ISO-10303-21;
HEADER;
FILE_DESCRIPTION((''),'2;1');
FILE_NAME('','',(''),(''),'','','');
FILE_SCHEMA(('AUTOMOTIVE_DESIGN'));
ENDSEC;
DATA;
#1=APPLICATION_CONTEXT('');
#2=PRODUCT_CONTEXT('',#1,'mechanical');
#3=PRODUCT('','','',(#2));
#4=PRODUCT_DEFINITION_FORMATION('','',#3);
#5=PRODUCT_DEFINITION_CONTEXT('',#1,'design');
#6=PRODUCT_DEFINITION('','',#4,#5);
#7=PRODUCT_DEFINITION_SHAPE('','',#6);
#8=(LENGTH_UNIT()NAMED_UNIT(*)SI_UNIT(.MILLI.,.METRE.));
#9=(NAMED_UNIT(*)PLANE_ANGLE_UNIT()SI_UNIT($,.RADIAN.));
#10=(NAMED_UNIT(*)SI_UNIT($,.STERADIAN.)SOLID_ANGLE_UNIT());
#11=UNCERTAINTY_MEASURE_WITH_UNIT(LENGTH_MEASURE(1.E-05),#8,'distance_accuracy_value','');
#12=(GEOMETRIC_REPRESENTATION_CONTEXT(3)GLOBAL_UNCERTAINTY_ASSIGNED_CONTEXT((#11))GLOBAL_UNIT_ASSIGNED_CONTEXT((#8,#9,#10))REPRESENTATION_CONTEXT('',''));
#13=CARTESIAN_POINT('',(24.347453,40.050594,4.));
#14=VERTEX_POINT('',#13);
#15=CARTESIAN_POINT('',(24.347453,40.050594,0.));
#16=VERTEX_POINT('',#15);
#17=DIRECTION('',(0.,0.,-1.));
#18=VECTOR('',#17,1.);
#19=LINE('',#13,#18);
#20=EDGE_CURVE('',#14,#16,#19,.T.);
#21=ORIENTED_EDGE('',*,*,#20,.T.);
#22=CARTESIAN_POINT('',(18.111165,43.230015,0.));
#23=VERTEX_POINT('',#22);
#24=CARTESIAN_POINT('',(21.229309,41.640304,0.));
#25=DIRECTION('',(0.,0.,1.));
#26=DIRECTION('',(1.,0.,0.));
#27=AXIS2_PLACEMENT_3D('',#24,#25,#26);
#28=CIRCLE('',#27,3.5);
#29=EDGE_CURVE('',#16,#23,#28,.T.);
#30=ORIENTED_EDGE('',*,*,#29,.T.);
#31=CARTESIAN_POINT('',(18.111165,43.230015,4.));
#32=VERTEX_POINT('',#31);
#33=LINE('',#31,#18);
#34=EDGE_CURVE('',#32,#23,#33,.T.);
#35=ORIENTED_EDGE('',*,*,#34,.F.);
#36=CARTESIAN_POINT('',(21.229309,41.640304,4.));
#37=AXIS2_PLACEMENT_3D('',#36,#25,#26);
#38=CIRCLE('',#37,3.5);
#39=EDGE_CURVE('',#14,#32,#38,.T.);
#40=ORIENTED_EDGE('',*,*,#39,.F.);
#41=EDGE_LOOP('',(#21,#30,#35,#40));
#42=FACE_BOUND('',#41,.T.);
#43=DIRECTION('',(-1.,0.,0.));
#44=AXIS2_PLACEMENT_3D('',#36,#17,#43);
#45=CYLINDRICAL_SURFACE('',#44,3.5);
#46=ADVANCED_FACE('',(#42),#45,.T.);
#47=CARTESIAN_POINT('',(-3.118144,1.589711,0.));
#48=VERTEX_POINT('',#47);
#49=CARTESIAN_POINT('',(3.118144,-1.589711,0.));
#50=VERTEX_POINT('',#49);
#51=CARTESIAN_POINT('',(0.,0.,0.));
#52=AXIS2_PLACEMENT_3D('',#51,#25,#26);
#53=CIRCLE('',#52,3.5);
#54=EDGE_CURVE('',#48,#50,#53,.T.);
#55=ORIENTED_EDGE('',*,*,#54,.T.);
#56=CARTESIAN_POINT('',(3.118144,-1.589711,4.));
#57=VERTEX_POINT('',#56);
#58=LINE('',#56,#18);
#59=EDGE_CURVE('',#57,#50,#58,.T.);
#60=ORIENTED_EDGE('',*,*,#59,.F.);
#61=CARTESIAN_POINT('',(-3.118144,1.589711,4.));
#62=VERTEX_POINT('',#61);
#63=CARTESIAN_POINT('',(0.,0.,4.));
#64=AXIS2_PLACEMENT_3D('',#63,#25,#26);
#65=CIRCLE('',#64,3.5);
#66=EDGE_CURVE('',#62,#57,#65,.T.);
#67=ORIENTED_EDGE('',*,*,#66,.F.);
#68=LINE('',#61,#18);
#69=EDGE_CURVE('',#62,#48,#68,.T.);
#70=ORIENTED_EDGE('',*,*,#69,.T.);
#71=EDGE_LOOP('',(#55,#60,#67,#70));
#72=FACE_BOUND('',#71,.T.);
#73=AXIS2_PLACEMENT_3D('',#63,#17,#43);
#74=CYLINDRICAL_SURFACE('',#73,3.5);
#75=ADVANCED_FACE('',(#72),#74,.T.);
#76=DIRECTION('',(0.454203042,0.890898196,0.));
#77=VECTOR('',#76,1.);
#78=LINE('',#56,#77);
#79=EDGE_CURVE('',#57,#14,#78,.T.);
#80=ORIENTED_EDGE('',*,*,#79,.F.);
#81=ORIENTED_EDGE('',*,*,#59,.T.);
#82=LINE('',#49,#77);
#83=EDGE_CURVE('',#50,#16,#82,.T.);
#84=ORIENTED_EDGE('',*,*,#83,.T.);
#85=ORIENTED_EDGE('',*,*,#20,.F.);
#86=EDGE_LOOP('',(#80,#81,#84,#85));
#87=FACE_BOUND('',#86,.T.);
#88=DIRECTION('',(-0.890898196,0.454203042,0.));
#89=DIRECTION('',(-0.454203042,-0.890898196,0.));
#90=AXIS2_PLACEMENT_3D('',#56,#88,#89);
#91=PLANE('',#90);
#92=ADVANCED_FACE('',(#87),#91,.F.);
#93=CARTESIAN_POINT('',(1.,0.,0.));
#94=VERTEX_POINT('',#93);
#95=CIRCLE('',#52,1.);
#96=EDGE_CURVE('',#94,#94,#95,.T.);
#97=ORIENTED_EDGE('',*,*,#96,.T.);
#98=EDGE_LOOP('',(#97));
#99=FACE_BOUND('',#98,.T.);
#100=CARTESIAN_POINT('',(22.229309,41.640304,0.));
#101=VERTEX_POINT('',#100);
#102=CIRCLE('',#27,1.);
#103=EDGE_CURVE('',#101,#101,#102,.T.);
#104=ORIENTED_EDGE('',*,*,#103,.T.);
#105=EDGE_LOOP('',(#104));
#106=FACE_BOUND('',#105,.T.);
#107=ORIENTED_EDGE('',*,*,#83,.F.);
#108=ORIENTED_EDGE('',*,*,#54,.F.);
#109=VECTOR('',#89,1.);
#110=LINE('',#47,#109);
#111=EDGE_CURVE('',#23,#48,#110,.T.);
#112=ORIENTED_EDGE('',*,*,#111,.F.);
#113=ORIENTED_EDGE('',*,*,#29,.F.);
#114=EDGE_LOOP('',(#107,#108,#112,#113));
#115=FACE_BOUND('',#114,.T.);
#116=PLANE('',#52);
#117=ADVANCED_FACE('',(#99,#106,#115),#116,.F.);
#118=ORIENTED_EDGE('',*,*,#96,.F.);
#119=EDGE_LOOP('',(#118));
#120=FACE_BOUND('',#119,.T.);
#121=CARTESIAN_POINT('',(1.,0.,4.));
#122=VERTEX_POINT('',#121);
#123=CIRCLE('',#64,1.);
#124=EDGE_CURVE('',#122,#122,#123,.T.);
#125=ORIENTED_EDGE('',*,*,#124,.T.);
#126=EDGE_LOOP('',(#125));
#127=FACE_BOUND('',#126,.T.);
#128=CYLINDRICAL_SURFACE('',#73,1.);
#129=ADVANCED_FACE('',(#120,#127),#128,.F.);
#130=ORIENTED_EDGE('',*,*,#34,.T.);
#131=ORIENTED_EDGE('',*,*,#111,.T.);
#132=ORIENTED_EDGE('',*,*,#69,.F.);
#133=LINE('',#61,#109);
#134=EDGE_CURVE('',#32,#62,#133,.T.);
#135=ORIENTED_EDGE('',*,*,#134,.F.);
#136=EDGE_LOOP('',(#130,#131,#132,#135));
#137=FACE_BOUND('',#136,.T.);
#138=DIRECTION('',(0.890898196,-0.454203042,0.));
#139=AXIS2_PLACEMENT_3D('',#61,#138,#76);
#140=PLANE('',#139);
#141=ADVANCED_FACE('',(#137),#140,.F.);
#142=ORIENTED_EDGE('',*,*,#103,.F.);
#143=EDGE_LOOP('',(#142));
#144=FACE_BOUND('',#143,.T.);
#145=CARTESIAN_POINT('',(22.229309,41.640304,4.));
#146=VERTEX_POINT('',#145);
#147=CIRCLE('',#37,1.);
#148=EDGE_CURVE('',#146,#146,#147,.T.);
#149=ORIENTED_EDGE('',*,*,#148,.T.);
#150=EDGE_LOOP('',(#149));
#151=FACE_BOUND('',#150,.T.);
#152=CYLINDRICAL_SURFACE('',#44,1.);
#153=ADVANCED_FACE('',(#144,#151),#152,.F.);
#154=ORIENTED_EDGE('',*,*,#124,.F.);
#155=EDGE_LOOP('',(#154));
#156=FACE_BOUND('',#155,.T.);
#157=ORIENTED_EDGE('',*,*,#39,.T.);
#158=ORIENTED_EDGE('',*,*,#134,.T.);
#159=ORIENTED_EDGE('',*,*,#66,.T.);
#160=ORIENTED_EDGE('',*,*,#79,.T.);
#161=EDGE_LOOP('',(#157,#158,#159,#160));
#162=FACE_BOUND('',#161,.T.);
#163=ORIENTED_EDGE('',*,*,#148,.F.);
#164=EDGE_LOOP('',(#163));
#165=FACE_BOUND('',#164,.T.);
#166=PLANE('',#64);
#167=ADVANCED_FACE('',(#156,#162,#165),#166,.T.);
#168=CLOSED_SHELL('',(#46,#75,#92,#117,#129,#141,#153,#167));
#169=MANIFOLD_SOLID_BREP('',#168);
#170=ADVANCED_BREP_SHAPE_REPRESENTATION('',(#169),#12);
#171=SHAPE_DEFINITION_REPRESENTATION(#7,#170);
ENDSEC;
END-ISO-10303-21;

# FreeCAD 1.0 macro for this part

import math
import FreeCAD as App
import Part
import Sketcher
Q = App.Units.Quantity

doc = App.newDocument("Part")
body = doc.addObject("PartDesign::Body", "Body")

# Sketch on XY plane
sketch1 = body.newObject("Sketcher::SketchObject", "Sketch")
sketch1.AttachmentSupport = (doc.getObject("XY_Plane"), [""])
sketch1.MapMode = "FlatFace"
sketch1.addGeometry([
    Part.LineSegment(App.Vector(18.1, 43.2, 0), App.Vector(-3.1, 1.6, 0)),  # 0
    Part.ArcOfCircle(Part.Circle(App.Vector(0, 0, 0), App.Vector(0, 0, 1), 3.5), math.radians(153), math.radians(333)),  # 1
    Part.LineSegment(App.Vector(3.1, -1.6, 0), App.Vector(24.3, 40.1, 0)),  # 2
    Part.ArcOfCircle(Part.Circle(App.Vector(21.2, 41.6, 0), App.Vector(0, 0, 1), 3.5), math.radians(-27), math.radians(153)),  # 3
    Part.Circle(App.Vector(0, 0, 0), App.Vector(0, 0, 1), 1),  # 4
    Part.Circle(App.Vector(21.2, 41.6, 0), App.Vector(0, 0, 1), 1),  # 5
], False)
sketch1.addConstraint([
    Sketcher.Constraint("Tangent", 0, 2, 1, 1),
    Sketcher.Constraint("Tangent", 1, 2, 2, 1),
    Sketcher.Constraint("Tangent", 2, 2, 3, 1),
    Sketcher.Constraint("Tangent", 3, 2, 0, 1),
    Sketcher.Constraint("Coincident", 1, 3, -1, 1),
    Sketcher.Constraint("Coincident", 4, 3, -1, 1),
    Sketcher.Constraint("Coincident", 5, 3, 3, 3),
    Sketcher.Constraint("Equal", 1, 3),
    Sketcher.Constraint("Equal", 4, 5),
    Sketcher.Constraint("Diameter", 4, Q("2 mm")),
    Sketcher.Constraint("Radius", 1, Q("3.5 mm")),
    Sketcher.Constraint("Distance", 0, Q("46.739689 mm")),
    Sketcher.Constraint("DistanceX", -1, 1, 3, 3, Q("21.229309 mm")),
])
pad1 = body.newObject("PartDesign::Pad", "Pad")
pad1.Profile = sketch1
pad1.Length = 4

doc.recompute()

○ ○ ○ ○ ○ ○ ○

# What you should do
What is needed is an exact copy of the lines above, from the one containing "#171=SHAPE_DEFINITION_REPRESENTATION(#7,#170);" through the one containing "# FreeCAD 1.0 macro for this part", with nothing added.

# Answer space
#171=SHAPE_DEFINITION_REPRESENTATION(#7,#170);
ENDSEC;
END-ISO-10303-21;

# FreeCAD 1.0 macro for this part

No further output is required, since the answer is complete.